Regression algorithm

LightGBM regression

Gradient-boosted regression for predicting a numeric value from feature columns. Trains one booster on a random hold-out split, scores on the held-out test set, and surfaces the standard regression metric set (MAE / RMSE / R² / MAPE) plus feature importance.

What it does

You point it at a DataSource and pick:

a numeric target column you want to predict, and
one or more feature columns the model gets to look at.

Feature columns may be numeric, boolean, or categorical — LightGBM handles all three natively. No manual one-hot encoding or normalization is required at this stage; if you want preprocessing (imputation, scaling, encoding) you can wire it explicitly upstream of the trainer node.
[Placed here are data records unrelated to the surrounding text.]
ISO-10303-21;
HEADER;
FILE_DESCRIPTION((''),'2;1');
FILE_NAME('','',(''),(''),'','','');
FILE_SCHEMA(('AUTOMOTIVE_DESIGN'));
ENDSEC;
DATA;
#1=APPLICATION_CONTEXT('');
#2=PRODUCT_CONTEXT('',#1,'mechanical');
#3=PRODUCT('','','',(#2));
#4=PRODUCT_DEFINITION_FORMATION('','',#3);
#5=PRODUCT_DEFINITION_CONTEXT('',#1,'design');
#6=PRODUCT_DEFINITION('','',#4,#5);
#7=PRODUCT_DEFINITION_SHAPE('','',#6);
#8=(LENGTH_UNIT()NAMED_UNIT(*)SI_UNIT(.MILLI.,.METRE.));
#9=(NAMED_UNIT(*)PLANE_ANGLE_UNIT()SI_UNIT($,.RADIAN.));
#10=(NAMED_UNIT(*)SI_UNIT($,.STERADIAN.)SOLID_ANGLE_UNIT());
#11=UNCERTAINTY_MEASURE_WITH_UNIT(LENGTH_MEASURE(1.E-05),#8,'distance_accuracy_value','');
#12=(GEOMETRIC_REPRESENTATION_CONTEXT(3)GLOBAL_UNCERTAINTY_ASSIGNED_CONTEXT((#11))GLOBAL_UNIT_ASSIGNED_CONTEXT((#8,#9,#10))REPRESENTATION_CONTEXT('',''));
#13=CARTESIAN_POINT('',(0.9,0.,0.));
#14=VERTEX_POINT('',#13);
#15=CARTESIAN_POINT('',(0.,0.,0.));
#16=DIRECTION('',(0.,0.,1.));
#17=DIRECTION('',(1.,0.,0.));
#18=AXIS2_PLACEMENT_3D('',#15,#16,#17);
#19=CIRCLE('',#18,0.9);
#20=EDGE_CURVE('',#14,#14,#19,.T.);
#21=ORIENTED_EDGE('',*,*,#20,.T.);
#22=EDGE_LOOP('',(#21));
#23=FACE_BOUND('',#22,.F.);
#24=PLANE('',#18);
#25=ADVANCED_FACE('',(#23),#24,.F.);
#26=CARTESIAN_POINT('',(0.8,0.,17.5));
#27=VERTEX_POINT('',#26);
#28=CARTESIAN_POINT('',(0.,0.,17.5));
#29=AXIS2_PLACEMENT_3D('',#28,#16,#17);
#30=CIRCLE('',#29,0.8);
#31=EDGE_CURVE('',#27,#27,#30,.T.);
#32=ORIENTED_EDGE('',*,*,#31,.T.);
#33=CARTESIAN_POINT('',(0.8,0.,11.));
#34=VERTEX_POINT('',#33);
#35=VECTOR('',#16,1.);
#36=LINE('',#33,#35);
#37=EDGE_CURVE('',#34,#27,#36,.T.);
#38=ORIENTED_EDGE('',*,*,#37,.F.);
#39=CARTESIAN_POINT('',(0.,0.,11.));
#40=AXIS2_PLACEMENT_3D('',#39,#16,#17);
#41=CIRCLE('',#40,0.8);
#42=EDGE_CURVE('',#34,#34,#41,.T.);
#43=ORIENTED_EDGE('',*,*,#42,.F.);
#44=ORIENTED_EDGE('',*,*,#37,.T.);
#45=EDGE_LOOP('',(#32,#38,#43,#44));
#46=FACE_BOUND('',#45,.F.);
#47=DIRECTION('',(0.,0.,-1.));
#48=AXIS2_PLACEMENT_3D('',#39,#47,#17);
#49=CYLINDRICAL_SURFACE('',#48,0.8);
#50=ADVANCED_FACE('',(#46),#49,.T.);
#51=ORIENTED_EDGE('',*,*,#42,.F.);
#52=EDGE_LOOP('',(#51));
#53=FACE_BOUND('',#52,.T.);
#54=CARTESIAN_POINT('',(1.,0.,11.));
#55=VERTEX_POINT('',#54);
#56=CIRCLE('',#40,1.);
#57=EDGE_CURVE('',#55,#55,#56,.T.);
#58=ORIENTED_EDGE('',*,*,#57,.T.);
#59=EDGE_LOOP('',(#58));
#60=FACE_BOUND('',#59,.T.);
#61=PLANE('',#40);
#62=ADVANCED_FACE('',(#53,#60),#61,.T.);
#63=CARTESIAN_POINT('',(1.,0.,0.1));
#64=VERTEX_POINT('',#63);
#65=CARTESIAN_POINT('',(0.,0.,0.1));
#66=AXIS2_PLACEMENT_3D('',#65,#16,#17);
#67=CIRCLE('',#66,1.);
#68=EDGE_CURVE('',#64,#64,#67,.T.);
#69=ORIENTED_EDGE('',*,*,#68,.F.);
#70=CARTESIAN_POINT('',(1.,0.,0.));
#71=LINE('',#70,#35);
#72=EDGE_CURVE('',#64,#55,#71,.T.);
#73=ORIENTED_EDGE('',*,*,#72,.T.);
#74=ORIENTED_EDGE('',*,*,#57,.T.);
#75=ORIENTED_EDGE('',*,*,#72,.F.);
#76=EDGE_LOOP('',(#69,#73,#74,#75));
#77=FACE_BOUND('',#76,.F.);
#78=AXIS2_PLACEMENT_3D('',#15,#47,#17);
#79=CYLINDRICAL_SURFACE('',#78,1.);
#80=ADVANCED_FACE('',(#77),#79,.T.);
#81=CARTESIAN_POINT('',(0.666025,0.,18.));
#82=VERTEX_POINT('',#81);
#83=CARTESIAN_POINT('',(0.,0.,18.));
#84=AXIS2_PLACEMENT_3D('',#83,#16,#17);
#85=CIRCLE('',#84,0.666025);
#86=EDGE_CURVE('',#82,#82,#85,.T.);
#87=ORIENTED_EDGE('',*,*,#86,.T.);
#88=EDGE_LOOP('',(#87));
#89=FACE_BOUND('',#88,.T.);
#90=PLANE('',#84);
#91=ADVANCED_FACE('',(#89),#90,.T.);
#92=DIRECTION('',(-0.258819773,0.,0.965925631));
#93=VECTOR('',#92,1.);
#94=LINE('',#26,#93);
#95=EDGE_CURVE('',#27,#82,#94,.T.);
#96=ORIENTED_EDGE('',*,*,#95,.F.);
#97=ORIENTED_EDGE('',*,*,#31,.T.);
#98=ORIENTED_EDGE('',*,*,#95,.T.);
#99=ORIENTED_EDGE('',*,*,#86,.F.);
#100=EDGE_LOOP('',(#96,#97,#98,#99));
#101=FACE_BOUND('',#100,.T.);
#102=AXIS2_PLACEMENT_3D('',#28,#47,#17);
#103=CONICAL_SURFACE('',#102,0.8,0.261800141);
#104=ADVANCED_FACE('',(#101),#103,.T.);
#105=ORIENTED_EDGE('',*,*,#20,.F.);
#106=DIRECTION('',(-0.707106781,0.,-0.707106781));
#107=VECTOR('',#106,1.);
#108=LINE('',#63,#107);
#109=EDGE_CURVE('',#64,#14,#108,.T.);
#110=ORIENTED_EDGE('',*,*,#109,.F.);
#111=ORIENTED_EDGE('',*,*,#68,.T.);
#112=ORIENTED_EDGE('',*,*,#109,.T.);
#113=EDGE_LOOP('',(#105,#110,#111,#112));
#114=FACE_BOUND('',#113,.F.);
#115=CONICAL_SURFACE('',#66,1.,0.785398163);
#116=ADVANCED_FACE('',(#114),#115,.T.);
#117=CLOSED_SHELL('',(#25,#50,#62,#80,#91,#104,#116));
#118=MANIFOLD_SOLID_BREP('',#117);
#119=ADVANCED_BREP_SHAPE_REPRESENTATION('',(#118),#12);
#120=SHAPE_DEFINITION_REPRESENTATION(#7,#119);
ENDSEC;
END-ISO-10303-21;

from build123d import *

# Parameters (mm, degrees)
F0_R     = 1
F1_DEPTH = 11
F2_R     = 0.8
F3_DEPTH = 7
F4_SIZE  = 0.1
F5_SIZE2 = 0.133975
F5_SIZE  = 0.5


with BuildPart() as f1:
    # F0 (on Top) → F1 (new body)
    with BuildSketch(Plane.XY):
        Circle(F0_R)
    extrude(amount=F1_DEPTH)

    # F2 (on face) → F3 (join)
    with BuildSketch(Plane.XY.offset(11)):
        Circle(F2_R)
    extrude(amount=F3_DEPTH)

    # F4
    f4_edges = [f1.edges().sort_by_distance(p)[0] for p in [
        (-1, 0, 0),
    ]]
    chamfer(f4_edges, length=F4_SIZE)

    # F5
    f5_edges = [f1.edges().sort_by_distance(p)[0] for p in [
        (-0.8, 0, 18),
    ]]
    chamfer(f5_edges, length=F5_SIZE, length2=F5_SIZE2)


solid = f1.part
The output is a trained model + an eval_result carrying the metrics, predictions on the test rows, and a feature importance chart.

How it works

The pipeline shape is:

data_source → random_split → train_data + test_data
                                  │           │
                                  ▼           ▼
              model ─────────► regressor_train       regressor_eval
                                  │                        ▲
                                  ▼                        │
                           trained_model ──────────────────┘
                                                           │
                                                           ▼
                                                      eval_result

regressor_train is fit-only — it produces a fitted booster but no metrics. regressor_eval runs the real prediction pass on the held-out test frame and emits the final scored result. This mirrors the classification slice; both differ from the forecast trainer (which is monolithic because of the CQR calibration step).

Loss function

V1 defaults to LightGBM's objective="regression" (squared-error / L2 loss). Robust users who want median regression (L1, less sensitive to outliers) can pass hyperparams={"objective": "regression_l1"} on the model node — both are first-class LightGBM objectives, no separate algorithm id needed.

Metric set

Metric	Meaning
MAE	Mean absolute error — average prediction error in target units
RMSE	Root mean squared error — penalizes large errors more heavily
R²	Coefficient of determination — fraction of variance explained (1.0 = perfect, 0.0 = no better than predicting the mean)
MAPE	Mean absolute percentage error — relative error, NaN if any test row has `target == 0`

The runs panel surfaces RMSE as the headline number; all four are visible on the eval result detail.

Feature handling

Numeric columns pass through as-is.
Boolean columns are cast to int.
Categorical columns are handed to LightGBM with the Categorical dtype so the booster uses Fisher categorical splits (no one-hot blow-up). Vocabulary is captured at fit time and replayed on inference.

If a column has too many unique values to encode meaningfully, the trainer falls back to ordinal encoding with a configurable cap; check the registered model's model_feature_schema for the resolved choice.

Limitations

No prediction intervals. This is point regression — the booster outputs a single number per row. If you need uncertainty bands, the time-series forecaster ships them; a quantile-regression variant of this trainer is on the roadmap.
MAPE is brittle. If any test row has target == 0, MAPE is undefined and reported as NaN. Use MAE or RMSE as your scoreboard metric in that case.
No automatic feature engineering. Unlike the time-series trainer (which adds lag and calendar features), the regressor uses the columns you give it verbatim. Wire preprocessing nodes upstream if you want imputation, scaling, or encoding.
Random split assumes IID rows. If your data has temporal structure (rows from before vs. after some date should be split that way), use the forecast template instead.